╭──

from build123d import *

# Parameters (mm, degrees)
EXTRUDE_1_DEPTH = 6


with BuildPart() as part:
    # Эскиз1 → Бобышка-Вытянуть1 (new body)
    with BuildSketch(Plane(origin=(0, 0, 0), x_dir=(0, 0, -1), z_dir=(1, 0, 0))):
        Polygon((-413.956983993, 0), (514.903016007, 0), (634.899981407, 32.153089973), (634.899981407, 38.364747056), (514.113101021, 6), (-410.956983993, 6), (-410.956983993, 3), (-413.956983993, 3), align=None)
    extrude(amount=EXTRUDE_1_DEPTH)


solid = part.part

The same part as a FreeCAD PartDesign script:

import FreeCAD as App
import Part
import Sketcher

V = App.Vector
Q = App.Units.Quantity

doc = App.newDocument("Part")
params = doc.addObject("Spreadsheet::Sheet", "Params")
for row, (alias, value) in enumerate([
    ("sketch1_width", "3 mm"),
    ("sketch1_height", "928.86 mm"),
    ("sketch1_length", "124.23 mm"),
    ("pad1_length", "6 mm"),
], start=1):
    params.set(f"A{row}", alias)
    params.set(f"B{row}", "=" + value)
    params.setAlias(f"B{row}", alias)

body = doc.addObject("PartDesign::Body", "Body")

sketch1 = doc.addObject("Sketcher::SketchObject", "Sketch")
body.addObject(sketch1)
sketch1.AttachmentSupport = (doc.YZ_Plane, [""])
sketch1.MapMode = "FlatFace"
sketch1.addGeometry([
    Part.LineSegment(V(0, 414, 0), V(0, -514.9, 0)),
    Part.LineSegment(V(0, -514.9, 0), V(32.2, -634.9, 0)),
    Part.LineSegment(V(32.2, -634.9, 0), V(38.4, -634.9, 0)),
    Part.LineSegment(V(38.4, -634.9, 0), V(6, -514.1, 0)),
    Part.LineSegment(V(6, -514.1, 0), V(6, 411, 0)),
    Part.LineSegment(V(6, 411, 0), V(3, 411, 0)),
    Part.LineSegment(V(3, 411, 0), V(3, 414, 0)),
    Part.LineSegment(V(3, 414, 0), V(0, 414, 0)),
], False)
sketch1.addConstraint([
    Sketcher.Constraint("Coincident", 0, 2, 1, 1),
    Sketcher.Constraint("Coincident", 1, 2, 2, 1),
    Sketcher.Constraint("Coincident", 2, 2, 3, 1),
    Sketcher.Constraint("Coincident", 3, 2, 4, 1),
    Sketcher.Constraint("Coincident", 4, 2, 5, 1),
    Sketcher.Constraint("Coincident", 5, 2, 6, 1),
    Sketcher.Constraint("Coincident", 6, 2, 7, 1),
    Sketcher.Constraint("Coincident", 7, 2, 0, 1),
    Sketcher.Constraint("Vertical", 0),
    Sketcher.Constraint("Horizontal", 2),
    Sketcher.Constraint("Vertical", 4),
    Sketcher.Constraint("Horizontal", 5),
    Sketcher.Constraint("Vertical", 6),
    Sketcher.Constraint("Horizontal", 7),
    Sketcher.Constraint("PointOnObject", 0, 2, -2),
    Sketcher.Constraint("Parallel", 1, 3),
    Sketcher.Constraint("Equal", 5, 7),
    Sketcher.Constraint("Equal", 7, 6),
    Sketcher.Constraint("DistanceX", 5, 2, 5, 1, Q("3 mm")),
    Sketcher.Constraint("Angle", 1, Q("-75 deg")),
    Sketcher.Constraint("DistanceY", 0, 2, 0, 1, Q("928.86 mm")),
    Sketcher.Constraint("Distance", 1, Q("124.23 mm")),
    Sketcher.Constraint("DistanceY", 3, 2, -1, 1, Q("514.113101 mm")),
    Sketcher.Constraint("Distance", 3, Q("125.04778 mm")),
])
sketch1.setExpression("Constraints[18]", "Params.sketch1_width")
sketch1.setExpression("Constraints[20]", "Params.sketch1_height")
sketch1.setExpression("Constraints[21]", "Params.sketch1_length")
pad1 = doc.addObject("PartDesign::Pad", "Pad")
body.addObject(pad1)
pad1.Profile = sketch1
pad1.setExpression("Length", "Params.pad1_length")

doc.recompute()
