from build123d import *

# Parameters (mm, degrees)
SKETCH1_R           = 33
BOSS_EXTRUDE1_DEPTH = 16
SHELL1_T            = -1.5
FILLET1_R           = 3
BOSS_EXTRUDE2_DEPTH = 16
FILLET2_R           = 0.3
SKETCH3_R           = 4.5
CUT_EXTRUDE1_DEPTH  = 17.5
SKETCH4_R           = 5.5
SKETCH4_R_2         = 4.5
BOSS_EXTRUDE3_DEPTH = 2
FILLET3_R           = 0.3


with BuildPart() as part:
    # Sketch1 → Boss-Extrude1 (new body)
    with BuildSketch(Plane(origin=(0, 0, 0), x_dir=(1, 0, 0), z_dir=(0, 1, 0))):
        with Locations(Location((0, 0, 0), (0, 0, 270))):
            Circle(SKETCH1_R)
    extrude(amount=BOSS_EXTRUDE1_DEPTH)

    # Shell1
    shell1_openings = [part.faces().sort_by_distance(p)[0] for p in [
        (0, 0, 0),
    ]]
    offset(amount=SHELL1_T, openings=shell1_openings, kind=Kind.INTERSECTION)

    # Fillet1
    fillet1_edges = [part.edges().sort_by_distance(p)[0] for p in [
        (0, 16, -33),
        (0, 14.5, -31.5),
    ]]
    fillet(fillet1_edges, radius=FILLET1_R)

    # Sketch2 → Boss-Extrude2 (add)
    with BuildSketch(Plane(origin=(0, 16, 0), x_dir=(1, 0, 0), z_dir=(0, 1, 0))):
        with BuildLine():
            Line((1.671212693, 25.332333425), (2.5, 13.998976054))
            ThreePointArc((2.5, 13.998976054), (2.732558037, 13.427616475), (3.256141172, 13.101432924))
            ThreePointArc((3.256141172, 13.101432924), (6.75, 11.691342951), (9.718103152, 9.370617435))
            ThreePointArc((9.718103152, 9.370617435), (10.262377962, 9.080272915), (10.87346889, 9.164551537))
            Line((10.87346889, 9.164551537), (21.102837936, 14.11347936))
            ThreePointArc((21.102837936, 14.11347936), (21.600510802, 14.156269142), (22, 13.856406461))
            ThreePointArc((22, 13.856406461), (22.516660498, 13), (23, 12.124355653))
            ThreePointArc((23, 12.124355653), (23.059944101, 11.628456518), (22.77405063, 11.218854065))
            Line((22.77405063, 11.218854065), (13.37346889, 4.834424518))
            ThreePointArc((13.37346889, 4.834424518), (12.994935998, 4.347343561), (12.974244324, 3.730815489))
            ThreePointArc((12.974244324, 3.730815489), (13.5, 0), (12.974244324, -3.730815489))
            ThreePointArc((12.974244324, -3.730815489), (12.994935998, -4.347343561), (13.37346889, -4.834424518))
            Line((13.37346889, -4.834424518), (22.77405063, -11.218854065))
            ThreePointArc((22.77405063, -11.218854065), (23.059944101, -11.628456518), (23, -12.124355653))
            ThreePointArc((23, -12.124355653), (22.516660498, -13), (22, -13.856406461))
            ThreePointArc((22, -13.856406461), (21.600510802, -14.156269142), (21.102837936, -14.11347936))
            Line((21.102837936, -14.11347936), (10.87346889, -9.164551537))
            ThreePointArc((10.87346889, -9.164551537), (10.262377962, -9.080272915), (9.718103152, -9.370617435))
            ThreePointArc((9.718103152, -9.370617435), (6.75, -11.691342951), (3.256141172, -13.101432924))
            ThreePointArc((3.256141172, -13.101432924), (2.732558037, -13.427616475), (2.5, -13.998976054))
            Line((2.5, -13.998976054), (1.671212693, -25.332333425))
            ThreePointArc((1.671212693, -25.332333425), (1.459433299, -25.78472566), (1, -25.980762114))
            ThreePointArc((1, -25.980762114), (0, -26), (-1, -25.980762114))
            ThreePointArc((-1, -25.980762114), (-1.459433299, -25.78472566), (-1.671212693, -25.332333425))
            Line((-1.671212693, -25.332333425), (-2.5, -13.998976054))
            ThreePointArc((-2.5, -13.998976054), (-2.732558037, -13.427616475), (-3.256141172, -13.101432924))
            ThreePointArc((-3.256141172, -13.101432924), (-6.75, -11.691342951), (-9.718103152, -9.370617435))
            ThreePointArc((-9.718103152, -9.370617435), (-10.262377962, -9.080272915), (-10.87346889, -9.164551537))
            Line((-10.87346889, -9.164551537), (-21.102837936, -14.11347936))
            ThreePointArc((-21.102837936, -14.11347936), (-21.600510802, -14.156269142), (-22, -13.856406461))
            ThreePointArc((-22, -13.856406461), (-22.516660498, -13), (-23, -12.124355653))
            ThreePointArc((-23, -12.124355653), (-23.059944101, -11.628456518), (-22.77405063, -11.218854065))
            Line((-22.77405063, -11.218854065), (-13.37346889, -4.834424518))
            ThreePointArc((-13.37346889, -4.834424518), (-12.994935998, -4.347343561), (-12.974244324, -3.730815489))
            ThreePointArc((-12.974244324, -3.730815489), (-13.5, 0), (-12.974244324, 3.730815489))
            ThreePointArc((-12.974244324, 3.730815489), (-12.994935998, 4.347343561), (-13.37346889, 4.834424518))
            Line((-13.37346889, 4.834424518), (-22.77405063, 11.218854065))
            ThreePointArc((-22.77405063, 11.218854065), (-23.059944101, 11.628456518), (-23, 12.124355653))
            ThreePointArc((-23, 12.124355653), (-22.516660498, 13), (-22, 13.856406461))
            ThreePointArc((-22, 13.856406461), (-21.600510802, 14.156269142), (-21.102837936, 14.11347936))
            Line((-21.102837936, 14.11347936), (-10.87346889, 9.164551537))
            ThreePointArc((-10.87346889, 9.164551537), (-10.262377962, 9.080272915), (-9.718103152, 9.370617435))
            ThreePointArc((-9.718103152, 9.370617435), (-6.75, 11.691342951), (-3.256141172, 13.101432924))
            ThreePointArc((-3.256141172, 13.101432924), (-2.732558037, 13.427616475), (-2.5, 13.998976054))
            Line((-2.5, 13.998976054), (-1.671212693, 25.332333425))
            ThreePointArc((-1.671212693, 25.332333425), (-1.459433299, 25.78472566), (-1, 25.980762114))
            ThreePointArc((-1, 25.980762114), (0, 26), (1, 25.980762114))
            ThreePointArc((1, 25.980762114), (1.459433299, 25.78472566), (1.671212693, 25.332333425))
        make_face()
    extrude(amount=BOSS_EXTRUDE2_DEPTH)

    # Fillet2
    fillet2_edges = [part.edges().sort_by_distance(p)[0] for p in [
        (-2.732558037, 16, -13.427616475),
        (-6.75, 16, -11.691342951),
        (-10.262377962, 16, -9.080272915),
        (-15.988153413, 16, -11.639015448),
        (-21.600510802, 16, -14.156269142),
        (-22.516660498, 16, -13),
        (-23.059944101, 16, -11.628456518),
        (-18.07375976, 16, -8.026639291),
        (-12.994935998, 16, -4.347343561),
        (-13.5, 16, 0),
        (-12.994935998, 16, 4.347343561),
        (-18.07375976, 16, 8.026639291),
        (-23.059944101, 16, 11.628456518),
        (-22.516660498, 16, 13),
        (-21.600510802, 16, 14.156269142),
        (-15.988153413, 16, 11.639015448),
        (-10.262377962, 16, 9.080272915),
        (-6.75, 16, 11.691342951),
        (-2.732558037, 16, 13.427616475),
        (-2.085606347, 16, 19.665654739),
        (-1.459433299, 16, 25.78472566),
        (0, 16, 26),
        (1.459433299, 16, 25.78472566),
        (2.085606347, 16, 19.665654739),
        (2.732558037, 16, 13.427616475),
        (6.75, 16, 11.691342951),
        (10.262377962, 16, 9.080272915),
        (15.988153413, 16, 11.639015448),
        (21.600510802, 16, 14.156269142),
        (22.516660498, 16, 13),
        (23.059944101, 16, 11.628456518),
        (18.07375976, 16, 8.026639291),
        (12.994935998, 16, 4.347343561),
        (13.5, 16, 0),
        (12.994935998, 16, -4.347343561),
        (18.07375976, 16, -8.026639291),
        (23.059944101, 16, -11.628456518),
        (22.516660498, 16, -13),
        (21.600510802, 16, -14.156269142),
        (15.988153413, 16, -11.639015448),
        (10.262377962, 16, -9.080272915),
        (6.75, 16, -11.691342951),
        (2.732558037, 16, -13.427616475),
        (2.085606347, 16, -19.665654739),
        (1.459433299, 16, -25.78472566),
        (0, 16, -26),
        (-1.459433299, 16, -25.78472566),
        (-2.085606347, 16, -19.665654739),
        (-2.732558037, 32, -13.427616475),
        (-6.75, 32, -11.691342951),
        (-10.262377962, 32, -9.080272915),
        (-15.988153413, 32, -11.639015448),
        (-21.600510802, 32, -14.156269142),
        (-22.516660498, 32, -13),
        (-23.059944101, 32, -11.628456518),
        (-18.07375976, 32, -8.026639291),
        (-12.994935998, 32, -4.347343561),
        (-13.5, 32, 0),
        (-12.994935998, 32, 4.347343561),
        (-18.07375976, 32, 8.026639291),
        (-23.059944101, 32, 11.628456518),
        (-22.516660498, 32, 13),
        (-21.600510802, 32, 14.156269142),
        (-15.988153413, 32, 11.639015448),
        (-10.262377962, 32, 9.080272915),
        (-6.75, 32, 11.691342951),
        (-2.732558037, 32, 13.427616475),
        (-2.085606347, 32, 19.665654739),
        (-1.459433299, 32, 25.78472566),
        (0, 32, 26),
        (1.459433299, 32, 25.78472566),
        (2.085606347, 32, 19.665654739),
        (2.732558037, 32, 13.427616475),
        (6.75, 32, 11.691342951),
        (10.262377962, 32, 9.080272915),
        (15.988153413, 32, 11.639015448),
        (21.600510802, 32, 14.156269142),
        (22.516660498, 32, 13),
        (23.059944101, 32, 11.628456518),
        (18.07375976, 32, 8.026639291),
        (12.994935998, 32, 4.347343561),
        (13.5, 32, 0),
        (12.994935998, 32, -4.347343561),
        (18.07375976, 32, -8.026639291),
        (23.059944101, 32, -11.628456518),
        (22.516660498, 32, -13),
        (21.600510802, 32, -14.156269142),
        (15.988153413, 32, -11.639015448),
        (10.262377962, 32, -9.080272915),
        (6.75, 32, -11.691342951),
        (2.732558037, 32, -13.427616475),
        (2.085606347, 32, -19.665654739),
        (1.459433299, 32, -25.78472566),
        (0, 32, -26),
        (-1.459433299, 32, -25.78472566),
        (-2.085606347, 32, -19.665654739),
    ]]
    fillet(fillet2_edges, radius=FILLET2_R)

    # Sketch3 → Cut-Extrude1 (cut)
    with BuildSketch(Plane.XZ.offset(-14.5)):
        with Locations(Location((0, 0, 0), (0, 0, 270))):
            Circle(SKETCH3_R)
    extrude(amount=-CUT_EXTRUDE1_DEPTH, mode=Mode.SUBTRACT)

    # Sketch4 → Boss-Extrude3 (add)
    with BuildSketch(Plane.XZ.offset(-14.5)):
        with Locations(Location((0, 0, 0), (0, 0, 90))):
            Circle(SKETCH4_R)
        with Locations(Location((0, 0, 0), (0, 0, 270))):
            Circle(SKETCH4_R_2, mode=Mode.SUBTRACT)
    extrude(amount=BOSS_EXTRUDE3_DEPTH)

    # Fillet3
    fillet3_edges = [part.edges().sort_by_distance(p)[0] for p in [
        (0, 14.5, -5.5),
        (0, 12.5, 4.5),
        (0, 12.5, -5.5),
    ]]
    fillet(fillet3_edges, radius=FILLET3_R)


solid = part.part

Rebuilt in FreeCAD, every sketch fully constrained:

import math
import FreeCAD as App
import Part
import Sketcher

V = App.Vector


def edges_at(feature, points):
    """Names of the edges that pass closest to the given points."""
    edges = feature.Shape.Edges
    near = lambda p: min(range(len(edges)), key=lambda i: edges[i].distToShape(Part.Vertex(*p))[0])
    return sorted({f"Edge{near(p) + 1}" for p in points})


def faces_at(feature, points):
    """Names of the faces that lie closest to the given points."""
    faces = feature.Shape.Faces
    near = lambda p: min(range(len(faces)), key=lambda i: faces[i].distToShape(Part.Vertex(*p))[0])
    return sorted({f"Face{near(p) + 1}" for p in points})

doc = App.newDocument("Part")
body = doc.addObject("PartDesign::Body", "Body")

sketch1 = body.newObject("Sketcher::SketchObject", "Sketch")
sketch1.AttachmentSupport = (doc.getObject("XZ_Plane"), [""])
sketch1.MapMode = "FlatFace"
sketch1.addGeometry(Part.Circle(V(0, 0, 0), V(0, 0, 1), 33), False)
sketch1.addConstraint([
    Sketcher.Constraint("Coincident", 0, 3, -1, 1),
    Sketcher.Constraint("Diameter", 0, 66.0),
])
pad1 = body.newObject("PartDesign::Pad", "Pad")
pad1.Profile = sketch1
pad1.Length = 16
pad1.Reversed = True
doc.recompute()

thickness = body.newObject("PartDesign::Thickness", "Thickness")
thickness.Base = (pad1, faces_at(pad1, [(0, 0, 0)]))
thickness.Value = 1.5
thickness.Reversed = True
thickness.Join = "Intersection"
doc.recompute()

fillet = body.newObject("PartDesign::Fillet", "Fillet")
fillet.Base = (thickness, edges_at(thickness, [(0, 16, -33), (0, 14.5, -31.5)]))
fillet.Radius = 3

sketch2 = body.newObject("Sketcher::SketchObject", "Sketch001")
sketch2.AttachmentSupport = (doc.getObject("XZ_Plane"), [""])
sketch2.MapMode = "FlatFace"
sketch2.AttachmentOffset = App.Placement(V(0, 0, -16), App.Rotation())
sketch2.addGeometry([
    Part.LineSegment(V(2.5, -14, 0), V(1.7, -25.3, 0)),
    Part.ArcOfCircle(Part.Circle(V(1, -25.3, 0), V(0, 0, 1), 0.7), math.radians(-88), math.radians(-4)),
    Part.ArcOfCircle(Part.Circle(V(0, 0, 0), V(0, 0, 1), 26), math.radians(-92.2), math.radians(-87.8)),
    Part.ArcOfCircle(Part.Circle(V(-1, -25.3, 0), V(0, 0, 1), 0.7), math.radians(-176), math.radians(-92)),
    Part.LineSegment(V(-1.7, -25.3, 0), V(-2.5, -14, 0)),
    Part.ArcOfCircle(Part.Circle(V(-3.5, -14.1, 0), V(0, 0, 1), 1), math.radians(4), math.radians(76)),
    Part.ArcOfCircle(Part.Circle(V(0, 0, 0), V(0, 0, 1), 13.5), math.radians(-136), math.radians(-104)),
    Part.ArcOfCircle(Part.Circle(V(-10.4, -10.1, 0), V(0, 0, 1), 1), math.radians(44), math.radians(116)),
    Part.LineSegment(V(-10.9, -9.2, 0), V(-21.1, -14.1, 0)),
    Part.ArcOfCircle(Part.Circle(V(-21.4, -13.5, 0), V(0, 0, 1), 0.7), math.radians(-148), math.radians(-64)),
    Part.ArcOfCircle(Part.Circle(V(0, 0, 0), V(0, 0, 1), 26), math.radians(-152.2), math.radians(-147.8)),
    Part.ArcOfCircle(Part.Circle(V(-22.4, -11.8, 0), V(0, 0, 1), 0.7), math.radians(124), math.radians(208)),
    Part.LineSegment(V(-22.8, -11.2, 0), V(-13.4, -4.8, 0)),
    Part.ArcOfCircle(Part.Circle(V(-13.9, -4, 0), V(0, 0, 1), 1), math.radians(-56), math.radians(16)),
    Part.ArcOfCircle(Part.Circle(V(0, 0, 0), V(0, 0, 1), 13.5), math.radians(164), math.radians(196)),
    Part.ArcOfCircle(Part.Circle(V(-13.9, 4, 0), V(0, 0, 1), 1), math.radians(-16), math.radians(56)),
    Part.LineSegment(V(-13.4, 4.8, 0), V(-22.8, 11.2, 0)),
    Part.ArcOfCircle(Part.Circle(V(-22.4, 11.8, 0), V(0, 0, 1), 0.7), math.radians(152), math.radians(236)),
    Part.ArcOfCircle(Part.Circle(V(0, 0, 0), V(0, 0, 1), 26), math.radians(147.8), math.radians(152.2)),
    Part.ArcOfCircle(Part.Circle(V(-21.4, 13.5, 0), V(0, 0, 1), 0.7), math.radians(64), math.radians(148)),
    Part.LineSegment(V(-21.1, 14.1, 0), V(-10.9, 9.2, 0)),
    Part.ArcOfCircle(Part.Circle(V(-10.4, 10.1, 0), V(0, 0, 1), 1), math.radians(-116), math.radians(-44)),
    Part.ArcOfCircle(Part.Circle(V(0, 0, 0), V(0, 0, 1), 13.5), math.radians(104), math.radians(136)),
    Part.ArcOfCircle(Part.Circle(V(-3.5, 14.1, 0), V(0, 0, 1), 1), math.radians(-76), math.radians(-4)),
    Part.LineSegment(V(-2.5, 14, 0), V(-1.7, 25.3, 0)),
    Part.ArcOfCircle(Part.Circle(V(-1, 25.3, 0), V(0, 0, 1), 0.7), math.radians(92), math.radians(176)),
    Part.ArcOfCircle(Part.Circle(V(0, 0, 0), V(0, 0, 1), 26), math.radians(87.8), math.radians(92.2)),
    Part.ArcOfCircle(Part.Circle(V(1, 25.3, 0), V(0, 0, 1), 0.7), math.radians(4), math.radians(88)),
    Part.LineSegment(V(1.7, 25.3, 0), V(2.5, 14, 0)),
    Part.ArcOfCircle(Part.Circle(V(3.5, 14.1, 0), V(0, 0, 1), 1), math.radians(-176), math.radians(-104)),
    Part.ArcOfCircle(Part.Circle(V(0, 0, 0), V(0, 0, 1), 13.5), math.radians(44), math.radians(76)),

╰──

What is needed:
Print, from the entries above, the line with "# Sketch1 → Boss-Extrude1 (new body)", the line with "13.427616475), (3.256141172, 13.101432924))" and all lines between them, exactly and with nothing else.

Task answer:
    # Sketch1 → Boss-Extrude1 (new body)
    with BuildSketch(Plane(origin=(0, 0, 0), x_dir=(1, 0, 0), z_dir=(0, 1, 0))):
        with Locations(Location((0, 0, 0), (0, 0, 270))):
            Circle(SKETCH1_R)
    extrude(amount=BOSS_EXTRUDE1_DEPTH)

    # Shell1
    shell1_openings = [part.faces().sort_by_distance(p)[0] for p in [
        (0, 0, 0),
    ]]
    offset(amount=SHELL1_T, openings=shell1_openings, kind=Kind.INTERSECTION)

    # Fillet1
    fillet1_edges = [part.edges().sort_by_distance(p)[0] for p in [
        (0, 16, -33),
        (0, 14.5, -31.5),
    ]]
    fillet(fillet1_edges, radius=FILLET1_R)

    # Sketch2 → Boss-Extrude2 (add)
    with BuildSketch(Plane(origin=(0, 16, 0), x_dir=(1, 0, 0), z_dir=(0, 1, 0))):
        with BuildLine():
            Line((1.671212693, 25.332333425), (2.5, 13.998976054))
            ThreePointArc((2.5, 13.998976054), (2.732558037, 13.427616475), (3.256141172, 13.101432924))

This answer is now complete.